**ACTIVITY**. Look through the records below for the line holding "f 83 87 116". Write it out exactly, with each following line through the line holding "f 113 104 114".

**THE DATA**.
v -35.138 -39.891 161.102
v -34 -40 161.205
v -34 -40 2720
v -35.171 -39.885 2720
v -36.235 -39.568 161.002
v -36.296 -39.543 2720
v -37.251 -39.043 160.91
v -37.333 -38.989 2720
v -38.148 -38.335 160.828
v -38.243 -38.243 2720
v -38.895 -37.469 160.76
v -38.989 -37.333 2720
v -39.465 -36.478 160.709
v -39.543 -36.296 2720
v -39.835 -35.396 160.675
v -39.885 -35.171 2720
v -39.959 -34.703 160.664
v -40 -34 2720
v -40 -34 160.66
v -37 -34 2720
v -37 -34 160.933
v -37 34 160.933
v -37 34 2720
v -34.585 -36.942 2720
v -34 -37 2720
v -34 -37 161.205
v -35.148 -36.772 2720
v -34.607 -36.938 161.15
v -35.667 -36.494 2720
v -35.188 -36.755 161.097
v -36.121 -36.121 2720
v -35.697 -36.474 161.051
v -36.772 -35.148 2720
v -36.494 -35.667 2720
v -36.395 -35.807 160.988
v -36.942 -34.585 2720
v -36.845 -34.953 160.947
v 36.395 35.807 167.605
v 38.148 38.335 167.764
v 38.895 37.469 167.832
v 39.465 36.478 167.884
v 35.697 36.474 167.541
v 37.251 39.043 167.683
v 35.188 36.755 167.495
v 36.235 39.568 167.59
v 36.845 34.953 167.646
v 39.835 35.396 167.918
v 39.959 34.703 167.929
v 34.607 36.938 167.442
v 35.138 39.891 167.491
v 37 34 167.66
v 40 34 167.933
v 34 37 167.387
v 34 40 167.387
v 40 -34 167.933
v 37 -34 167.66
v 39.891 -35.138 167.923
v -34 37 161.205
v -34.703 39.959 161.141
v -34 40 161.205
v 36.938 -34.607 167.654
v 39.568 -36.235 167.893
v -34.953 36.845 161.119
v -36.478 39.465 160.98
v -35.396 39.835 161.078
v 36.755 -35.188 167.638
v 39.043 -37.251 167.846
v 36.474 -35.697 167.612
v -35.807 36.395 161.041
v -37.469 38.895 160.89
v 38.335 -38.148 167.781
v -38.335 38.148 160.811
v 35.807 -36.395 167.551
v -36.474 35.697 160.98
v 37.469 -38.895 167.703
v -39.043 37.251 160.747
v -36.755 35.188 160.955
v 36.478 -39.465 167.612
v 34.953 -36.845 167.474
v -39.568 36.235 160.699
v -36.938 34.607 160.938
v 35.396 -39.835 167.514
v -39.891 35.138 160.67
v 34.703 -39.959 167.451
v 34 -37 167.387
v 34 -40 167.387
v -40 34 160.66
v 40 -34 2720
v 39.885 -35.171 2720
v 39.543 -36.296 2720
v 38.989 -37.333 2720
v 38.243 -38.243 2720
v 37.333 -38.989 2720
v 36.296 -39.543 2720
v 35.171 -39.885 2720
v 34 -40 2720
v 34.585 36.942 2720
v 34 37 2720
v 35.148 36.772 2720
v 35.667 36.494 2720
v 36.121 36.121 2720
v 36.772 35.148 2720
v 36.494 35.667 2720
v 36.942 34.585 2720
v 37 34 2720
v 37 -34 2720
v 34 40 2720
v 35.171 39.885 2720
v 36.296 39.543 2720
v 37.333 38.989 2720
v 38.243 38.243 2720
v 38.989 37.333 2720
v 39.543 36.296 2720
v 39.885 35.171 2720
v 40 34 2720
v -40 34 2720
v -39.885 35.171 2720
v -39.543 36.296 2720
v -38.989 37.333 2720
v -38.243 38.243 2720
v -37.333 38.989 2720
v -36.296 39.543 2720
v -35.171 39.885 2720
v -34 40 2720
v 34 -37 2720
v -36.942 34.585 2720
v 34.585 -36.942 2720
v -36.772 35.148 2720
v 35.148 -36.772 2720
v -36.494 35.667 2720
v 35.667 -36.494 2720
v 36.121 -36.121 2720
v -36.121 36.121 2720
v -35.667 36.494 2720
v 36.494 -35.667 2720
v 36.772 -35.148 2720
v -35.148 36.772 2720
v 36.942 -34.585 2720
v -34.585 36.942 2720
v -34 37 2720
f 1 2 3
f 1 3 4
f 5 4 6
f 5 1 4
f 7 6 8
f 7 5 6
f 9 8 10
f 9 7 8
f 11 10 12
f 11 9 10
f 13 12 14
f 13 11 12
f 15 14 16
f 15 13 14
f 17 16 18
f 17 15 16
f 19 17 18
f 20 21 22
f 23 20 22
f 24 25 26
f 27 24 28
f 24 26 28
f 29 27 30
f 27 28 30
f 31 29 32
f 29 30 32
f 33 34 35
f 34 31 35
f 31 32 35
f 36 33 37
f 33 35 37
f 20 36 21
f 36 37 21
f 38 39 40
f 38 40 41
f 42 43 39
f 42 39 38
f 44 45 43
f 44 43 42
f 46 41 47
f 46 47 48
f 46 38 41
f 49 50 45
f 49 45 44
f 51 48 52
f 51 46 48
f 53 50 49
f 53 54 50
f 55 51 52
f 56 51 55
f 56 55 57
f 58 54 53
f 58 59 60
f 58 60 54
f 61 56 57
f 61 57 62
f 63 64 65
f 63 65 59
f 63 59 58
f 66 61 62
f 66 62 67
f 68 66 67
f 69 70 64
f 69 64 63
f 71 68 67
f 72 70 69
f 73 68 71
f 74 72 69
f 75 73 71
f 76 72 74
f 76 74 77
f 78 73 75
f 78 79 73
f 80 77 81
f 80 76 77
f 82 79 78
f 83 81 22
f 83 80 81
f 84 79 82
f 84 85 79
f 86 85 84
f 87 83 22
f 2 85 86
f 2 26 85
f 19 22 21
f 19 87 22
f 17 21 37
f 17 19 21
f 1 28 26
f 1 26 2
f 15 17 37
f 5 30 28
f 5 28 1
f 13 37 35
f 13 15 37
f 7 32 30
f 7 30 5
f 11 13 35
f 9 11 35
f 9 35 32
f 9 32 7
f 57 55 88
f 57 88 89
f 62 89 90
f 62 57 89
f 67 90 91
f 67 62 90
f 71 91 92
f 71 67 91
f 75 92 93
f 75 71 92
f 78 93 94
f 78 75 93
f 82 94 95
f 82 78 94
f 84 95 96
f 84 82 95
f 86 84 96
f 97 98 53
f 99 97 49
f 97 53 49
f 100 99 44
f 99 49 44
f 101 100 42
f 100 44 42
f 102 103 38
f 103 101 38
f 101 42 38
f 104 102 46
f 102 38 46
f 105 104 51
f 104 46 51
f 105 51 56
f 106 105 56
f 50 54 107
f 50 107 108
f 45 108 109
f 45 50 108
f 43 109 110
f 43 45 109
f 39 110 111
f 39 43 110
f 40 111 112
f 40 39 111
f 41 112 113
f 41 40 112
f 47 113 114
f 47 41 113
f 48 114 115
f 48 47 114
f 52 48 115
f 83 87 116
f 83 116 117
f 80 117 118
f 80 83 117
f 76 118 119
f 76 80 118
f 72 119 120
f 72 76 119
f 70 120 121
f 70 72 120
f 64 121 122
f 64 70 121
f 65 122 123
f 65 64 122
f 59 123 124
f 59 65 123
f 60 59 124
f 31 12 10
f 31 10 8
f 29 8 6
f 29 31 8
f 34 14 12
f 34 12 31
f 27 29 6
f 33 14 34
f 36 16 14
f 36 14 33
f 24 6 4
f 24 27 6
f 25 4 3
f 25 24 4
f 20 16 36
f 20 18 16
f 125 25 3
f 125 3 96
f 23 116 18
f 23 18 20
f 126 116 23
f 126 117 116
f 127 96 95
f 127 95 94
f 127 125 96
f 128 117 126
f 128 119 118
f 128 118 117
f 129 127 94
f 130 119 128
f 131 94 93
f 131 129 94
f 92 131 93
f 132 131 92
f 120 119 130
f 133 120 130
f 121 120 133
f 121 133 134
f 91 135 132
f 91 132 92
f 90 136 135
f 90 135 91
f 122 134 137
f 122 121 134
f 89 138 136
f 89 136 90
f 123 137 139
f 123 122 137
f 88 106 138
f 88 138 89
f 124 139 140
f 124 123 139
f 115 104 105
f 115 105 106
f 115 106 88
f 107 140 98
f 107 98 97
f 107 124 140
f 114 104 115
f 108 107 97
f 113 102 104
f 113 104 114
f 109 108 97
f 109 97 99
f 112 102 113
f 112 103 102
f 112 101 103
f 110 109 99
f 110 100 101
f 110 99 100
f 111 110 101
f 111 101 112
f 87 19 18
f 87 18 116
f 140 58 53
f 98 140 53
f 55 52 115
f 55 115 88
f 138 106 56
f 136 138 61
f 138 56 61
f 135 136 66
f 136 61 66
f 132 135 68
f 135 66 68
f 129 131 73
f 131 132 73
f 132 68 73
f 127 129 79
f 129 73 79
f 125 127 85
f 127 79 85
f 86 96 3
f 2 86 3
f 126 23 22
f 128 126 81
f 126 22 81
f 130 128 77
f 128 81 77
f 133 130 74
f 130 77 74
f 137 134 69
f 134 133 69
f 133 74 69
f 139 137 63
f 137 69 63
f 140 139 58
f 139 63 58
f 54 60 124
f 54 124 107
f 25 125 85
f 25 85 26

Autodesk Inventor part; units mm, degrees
ref_plane "Start Plane" through (0, 0, 160.6598) normal (0, 0, 1) x (1, 0, 0)
ref_plane "End Plane" through (0, 0, 2720) normal (0, 0, 1) x (1, 0, 0)
sketch "Sketch" plane through (0, 0, 0) normal (0, 0, 1) x (1, 0, 0)
  line L0 (-40, -34) -> (-40, 34)
  line L1 (-34, 40) -> (34, 40)
  line L2 (40, 34) -> (40, -34)
  line L3 (34, -40) -> (-34, -40)
  arc A0 (-40, -34) -> (-34, -40) centre (-34, -34) ccw
  arc A1 (40, 34) -> (34, 40) centre (34, 34) ccw
  arc A2 (-34, 40) -> (-40, 34) centre (-34, 34) ccw
  arc A3 (34, -40) -> (40, -34) centre (34, -34) ccw
  arc A4 (-34, 37) -> (-37, 34) centre (-34, 34) ccw
  line L4 (-34, 37) -> (34, 37)
  arc A5 (37, 34) -> (34, 37) centre (34, 34) ccw
  line L5 (37, 34) -> (37, -34)
  arc A6 (34, -37) -> (37, -34) centre (34, -34) ccw
  line L6 (34, -37) -> (-34, -37)
  arc A7 (-37, -34) -> (-34, -37) centre (-34, -34) ccw
  line L7 (-37, -34) -> (-37, 34)
  line L8 (0, 57.7397) -> (0, -57.7397) construction
  line L9 (-57.7397, 0) -> (57.7397, 0) construction
  dimension "d7" = 6
  dimension "d9" = 80
  dimension "d11" = 80
  dimension "d12" = 3
  dimension "d15" = 40
  dimension "d16" = 40
extrude "Body" add sketch "Sketch" along normal up to surface (2559.3402 mm away) from surface at 160.6598
sketch "Sketch3" plane through (0, 0, 0) normal (0, 0, 1) x (1, 0, 0)
  line L0 (0, 0) -> (10, 0)
ref_plane "Work Plane3" through (0, 0, 0) normal (0, -1, 0) x (1, 0, 0)
ref_plane "Work Plane4" through (2145.5143, 34, 359.3429) normal (0.0905357, 0, -0.9958932) x (-0.9958932, 0, -0.0905357)
split "Split1" plane through (2145.5143, 34, 359.3429) removes the side toward (0.0905357, 0, -0.9958932)
sketch "Sketch4" plane through (0, 0, 0) normal (0, -1, 0) x (1, 0, 0)
  line L0 (-2, 160.6598) -> (12, 160.6598) projected
  line L1 (-2, 2720) -> (12, 2720) projected
  dimension "d18" = 2559.3402
equation "\"d7\" = G_IR"
equation "\"d9\" = G_W"
equation "\"d11\" = G_H"
equation "\"d12\" = G_T"
equation "\"d15\" = 0.5 * d9"
equation "\"d16\" = 0.5 * d11"
equation "\"d3\" = G_L"
equation "\"G_W\" = 80"
equation "\"G_H\" = 80"
equation "\"G_T\" = 3"
equation "\"G_IR\" = 6"
equation "\"G_L\" = d18"
equation "\"G_OFFSET_START\" = -160.6598"
equation "\"d13\" = -G_OFFSET_START"
properties part number "ISO 10799-2 - 80x80x3 - 2559,34" material "Steel, Mild"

**ANSWER SECTION**.
f 83 87 116
f 83 116 117
f 80 117 118
f 80 83 117
f 76 118 119
f 76 80 118
f 72 119 120
f 72 76 119
f 70 120 121
f 70 72 120
f 64 121 122
f 64 70 121
f 65 122 123
f 65 64 122
f 59 123 124
f 59 65 123
f 60 59 124
f 31 12 10
f 31 10 8
f 29 8 6
f 29 31 8
f 34 14 12
f 34 12 31
f 27 29 6
f 33 14 34
f 36 16 14
f 36 14 33
f 24 6 4
f 24 27 6
f 25 4 3
f 25 24 4
f 20 16 36
f 20 18 16
f 125 25 3
f 125 3 96
f 23 116 18
f 23 18 20
f 126 116 23
f 126 117 116
f 127 96 95
f 127 95 94
f 127 125 96
f 128 117 126
f 128 119 118
f 128 118 117
f 129 127 94
f 130 119 128
f 131 94 93
f 131 129 94
f 92 131 93
f 132 131 92
f 120 119 130
f 133 120 130
f 121 120 133
f 121 133 134
f 91 135 132
f 91 132 92
f 90 136 135
f 90 135 91
f 122 134 137
f 122 121 134
f 89 138 136
f 89 136 90
f 123 137 139
f 123 122 137
f 88 106 138
f 88 138 89
f 124 139 140
f 124 123 139
f 115 104 105
f 115 105 106
f 115 106 88
f 107 140 98
f 107 98 97
f 107 124 140
f 114 104 115
f 108 107 97
f 113 102 104
f 113 104 114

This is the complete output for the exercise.